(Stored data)
┌──

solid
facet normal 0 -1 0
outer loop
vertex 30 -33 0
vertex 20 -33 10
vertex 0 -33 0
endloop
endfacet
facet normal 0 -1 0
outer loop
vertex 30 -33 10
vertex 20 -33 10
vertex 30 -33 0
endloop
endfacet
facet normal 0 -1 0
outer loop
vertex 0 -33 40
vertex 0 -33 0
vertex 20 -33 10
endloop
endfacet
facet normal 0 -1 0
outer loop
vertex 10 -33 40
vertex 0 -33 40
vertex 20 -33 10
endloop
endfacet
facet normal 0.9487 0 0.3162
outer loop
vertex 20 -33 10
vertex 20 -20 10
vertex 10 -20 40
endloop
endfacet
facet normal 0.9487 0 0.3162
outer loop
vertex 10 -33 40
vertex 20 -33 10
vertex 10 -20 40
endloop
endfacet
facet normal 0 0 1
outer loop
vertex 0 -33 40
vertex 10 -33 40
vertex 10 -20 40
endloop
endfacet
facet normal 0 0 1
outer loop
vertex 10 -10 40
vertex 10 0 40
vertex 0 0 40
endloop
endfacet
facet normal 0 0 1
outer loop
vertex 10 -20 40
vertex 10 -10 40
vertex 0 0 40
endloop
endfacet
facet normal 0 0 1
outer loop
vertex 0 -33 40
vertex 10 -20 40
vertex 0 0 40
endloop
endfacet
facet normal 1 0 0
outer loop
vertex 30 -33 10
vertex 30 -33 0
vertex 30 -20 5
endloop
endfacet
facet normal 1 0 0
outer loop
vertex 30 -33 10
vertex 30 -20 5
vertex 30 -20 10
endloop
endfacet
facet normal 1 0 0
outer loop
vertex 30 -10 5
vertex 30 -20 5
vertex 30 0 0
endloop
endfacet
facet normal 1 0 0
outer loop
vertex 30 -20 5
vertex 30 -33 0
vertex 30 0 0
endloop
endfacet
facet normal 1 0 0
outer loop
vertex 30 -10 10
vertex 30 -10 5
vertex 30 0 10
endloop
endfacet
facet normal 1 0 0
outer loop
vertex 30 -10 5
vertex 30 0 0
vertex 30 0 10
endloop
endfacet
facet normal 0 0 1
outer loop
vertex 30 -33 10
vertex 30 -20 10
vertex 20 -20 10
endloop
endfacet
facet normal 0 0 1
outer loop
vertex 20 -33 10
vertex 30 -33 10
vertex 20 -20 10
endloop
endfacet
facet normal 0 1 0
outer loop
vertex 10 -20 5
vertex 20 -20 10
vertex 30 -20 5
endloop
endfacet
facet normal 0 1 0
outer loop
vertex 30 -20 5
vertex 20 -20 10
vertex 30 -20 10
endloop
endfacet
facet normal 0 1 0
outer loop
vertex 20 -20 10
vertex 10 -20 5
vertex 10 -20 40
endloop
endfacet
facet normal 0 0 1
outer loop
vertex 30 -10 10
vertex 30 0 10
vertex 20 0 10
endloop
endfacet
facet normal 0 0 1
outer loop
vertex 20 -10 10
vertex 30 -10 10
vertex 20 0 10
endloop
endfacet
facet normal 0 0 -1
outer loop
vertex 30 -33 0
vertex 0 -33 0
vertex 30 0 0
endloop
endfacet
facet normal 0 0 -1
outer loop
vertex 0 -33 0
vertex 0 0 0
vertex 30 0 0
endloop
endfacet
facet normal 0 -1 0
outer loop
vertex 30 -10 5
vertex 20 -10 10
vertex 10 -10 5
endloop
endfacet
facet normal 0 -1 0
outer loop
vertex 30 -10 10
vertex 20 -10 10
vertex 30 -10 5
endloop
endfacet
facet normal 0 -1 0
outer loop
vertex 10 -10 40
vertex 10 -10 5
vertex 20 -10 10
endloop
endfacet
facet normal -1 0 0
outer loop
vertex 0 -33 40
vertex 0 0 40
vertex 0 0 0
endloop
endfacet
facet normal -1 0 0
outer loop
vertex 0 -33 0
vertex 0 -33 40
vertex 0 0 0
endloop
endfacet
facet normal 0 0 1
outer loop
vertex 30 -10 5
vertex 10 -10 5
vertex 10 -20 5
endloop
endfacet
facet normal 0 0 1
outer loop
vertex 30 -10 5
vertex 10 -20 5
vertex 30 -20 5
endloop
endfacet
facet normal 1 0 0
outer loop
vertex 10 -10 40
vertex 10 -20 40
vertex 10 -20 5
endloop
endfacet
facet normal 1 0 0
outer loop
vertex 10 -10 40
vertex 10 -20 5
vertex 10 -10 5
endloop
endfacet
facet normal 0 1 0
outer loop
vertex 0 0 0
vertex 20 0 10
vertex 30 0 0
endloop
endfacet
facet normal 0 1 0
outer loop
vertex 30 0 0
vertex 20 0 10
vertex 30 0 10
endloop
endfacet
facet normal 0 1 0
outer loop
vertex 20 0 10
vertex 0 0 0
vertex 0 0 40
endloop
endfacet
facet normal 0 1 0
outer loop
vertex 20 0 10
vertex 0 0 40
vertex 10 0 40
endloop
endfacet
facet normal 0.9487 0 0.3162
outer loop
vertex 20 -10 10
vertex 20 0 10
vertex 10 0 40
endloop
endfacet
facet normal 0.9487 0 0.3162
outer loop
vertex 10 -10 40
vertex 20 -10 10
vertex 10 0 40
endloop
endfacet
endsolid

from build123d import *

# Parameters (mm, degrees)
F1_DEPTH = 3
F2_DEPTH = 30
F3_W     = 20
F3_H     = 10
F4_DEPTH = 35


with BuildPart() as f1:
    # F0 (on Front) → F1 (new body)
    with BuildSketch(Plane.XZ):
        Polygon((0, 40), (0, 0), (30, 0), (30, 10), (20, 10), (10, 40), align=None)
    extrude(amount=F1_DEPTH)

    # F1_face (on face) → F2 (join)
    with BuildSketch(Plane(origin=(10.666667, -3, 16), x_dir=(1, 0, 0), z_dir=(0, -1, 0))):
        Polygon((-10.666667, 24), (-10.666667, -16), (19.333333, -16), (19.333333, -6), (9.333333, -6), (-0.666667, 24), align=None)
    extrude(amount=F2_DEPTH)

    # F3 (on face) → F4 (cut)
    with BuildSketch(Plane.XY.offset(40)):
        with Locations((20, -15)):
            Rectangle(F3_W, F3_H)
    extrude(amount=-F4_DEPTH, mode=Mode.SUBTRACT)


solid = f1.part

└──
┌──

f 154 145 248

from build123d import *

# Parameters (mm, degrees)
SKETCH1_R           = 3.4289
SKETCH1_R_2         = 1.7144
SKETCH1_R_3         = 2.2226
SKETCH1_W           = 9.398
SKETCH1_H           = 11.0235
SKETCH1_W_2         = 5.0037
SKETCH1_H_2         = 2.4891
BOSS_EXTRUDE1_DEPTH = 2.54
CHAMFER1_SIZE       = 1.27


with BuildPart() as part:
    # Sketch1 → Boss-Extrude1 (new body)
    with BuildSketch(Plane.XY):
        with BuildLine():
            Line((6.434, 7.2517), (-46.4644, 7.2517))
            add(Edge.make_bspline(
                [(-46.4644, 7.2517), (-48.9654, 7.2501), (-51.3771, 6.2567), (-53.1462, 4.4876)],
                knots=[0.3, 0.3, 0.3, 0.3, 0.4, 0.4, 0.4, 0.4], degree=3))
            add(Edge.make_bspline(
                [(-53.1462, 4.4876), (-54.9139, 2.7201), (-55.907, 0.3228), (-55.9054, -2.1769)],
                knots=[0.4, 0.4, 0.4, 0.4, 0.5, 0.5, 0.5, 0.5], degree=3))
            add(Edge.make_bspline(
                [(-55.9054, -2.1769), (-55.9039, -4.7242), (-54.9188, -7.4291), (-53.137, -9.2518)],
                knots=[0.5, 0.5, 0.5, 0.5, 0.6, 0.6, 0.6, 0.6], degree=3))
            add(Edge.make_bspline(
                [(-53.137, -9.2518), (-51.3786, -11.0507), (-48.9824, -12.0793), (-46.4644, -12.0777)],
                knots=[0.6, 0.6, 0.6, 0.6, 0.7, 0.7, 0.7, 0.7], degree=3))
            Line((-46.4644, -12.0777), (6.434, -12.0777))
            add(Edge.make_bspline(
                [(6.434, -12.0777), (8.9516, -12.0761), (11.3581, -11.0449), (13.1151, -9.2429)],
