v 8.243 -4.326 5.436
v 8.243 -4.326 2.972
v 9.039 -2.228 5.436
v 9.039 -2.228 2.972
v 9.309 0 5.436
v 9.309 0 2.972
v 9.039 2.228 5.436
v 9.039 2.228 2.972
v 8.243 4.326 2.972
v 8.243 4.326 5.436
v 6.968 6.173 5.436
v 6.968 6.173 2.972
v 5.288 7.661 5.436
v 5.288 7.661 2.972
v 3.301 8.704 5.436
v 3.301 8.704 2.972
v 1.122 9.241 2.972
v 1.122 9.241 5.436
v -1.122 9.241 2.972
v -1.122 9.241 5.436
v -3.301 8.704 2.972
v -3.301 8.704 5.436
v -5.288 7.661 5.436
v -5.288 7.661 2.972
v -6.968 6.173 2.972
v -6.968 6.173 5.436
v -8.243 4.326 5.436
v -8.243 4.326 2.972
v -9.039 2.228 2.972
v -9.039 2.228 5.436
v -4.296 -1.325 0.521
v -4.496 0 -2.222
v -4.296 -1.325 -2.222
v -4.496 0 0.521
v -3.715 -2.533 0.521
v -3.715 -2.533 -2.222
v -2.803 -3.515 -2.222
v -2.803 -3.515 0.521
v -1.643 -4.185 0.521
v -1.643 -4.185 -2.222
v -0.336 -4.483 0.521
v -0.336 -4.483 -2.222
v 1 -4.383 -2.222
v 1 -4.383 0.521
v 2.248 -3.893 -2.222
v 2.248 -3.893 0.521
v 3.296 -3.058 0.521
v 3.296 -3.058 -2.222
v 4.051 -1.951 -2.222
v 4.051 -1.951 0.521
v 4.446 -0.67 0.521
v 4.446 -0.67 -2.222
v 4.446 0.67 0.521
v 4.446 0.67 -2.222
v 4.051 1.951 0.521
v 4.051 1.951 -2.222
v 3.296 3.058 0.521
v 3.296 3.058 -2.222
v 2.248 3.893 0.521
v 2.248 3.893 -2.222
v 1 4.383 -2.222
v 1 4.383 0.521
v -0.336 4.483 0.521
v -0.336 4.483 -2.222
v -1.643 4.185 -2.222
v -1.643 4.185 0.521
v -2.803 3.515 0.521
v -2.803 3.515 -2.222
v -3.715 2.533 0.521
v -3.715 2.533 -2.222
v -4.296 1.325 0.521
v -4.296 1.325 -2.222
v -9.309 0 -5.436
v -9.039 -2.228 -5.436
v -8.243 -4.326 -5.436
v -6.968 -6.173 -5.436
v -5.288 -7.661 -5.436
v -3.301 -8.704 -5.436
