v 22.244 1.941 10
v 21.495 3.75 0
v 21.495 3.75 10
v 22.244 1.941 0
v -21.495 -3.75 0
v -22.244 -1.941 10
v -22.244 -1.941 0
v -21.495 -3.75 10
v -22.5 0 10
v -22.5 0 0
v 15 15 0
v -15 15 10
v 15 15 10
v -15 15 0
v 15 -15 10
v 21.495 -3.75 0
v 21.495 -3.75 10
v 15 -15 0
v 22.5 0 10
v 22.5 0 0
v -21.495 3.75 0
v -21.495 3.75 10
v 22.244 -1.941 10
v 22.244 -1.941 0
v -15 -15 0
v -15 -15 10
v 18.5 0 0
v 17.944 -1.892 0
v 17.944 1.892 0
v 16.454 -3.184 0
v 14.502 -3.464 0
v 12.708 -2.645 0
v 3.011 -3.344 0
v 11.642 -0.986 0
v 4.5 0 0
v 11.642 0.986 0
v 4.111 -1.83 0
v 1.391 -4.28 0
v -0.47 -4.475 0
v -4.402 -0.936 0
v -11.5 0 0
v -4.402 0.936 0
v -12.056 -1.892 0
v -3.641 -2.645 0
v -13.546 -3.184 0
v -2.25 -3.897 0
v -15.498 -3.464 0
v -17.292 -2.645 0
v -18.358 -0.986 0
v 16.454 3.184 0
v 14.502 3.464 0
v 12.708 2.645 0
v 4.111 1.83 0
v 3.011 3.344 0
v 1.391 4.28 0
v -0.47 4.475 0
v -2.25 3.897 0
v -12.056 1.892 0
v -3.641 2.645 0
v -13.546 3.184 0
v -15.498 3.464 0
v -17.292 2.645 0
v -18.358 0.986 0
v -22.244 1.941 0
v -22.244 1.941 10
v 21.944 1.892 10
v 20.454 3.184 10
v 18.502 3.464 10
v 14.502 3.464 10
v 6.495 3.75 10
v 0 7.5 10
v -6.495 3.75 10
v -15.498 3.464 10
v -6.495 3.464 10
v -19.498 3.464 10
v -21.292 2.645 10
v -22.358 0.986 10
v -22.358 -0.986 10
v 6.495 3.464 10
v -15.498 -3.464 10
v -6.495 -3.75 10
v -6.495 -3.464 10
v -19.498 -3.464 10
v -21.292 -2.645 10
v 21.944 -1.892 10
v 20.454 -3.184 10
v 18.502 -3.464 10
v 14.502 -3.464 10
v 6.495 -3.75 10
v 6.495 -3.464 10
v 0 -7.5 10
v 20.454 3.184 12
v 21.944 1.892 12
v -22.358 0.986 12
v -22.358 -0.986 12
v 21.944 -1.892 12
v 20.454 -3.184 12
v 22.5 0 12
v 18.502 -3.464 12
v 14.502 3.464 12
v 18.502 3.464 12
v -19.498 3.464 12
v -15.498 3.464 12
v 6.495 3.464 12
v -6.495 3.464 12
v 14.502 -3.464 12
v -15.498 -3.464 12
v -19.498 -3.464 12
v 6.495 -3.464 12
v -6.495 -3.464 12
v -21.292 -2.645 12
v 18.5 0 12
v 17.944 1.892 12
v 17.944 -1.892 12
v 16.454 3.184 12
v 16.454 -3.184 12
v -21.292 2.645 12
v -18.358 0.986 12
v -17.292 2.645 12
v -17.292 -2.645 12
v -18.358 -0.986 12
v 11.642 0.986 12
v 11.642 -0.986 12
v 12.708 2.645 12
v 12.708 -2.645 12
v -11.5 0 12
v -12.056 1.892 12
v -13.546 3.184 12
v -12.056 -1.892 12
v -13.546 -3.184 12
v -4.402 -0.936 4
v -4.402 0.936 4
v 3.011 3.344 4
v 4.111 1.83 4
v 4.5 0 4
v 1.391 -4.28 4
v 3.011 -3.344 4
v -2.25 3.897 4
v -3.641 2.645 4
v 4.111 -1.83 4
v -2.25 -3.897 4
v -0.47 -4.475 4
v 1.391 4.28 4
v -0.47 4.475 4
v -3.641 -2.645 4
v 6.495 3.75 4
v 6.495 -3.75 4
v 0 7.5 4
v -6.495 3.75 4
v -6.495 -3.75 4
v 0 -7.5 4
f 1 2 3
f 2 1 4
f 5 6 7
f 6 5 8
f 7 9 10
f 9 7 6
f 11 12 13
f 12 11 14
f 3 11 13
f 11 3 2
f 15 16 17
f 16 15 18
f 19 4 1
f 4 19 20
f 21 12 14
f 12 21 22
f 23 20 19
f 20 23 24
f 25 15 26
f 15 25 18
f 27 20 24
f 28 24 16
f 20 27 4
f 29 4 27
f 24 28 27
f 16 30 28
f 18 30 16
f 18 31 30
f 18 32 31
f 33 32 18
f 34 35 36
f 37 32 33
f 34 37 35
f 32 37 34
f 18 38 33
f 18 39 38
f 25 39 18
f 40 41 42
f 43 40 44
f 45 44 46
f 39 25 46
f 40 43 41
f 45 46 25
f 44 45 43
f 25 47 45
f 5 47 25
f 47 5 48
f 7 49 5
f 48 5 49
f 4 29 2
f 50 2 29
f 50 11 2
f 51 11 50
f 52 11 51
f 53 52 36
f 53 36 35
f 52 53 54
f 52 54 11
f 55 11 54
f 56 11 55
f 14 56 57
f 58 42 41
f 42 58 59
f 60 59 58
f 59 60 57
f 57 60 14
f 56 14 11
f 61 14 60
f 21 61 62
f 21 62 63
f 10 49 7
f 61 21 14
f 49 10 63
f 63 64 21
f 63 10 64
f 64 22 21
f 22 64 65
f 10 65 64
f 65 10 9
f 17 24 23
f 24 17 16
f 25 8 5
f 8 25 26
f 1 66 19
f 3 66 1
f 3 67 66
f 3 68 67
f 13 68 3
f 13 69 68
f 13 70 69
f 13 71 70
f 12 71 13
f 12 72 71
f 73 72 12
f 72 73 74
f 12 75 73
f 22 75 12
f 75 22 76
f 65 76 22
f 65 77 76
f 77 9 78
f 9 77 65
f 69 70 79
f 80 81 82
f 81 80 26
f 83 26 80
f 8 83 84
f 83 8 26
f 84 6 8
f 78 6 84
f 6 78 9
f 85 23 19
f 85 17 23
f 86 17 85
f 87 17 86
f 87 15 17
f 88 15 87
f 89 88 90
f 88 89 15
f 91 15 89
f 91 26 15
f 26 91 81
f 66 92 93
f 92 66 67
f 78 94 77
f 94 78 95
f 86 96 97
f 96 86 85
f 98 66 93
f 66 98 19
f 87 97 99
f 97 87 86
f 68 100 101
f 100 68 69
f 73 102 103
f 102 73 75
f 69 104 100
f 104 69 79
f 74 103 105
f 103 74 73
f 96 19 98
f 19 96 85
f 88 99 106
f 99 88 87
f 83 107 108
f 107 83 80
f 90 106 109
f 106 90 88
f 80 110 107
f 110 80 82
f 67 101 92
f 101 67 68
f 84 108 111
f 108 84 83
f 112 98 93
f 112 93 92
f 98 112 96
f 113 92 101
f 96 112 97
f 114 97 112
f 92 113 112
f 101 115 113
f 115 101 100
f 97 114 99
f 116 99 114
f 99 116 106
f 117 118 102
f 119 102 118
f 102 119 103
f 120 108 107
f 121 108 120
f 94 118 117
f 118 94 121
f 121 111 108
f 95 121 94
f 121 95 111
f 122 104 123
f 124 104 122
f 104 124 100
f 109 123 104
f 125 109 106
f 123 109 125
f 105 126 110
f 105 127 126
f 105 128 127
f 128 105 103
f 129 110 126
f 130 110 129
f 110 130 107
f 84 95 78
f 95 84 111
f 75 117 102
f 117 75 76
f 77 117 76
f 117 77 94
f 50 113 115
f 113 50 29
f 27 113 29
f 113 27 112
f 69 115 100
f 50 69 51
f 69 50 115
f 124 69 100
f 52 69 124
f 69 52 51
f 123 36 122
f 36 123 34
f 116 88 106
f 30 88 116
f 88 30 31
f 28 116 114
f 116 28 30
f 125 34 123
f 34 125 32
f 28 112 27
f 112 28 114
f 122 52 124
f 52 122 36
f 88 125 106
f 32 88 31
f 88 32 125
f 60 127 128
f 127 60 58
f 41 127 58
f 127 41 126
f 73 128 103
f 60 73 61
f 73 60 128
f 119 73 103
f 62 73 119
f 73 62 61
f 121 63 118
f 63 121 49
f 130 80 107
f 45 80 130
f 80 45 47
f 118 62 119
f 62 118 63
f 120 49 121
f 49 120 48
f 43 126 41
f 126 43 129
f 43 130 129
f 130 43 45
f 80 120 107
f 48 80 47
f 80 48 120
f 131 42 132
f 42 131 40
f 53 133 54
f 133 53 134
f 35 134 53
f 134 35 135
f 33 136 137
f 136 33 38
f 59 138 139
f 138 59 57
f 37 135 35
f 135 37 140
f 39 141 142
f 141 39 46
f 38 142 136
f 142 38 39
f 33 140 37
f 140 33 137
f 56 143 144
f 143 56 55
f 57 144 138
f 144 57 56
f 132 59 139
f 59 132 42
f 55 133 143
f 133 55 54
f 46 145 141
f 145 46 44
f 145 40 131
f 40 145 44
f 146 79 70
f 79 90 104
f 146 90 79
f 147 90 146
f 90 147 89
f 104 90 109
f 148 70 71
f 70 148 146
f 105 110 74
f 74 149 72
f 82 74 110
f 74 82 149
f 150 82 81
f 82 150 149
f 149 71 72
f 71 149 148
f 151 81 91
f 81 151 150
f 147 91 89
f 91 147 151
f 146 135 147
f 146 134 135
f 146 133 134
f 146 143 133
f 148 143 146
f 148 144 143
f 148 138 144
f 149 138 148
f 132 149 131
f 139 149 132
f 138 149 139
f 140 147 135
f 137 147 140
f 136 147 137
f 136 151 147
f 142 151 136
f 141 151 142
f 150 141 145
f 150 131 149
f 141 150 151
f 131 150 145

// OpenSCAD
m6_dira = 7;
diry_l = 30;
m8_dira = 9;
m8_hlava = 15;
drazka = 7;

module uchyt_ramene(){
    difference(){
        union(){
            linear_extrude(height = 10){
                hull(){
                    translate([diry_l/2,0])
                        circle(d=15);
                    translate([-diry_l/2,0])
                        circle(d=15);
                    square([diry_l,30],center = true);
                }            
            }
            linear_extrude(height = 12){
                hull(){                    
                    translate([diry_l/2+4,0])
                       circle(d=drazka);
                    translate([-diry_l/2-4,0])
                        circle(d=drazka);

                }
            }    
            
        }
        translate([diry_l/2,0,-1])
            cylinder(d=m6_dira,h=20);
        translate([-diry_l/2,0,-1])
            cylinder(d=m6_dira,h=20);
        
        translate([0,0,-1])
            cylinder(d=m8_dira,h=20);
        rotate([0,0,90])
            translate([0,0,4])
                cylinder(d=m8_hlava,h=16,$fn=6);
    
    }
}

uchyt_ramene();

└──

(Task objective) Above are the records. Copy the lines beginning at the one that has "f 139 149 132" and ending with the one that has "f 131 150 145", unchanged.

(Solution below)
f 139 149 132
f 138 149 139
f 140 147 135
f 137 147 140
f 136 147 137
f 136 151 147
f 142 151 136
f 141 151 142
f 150 141 145
f 150 131 149
f 141 150 151
f 131 150 145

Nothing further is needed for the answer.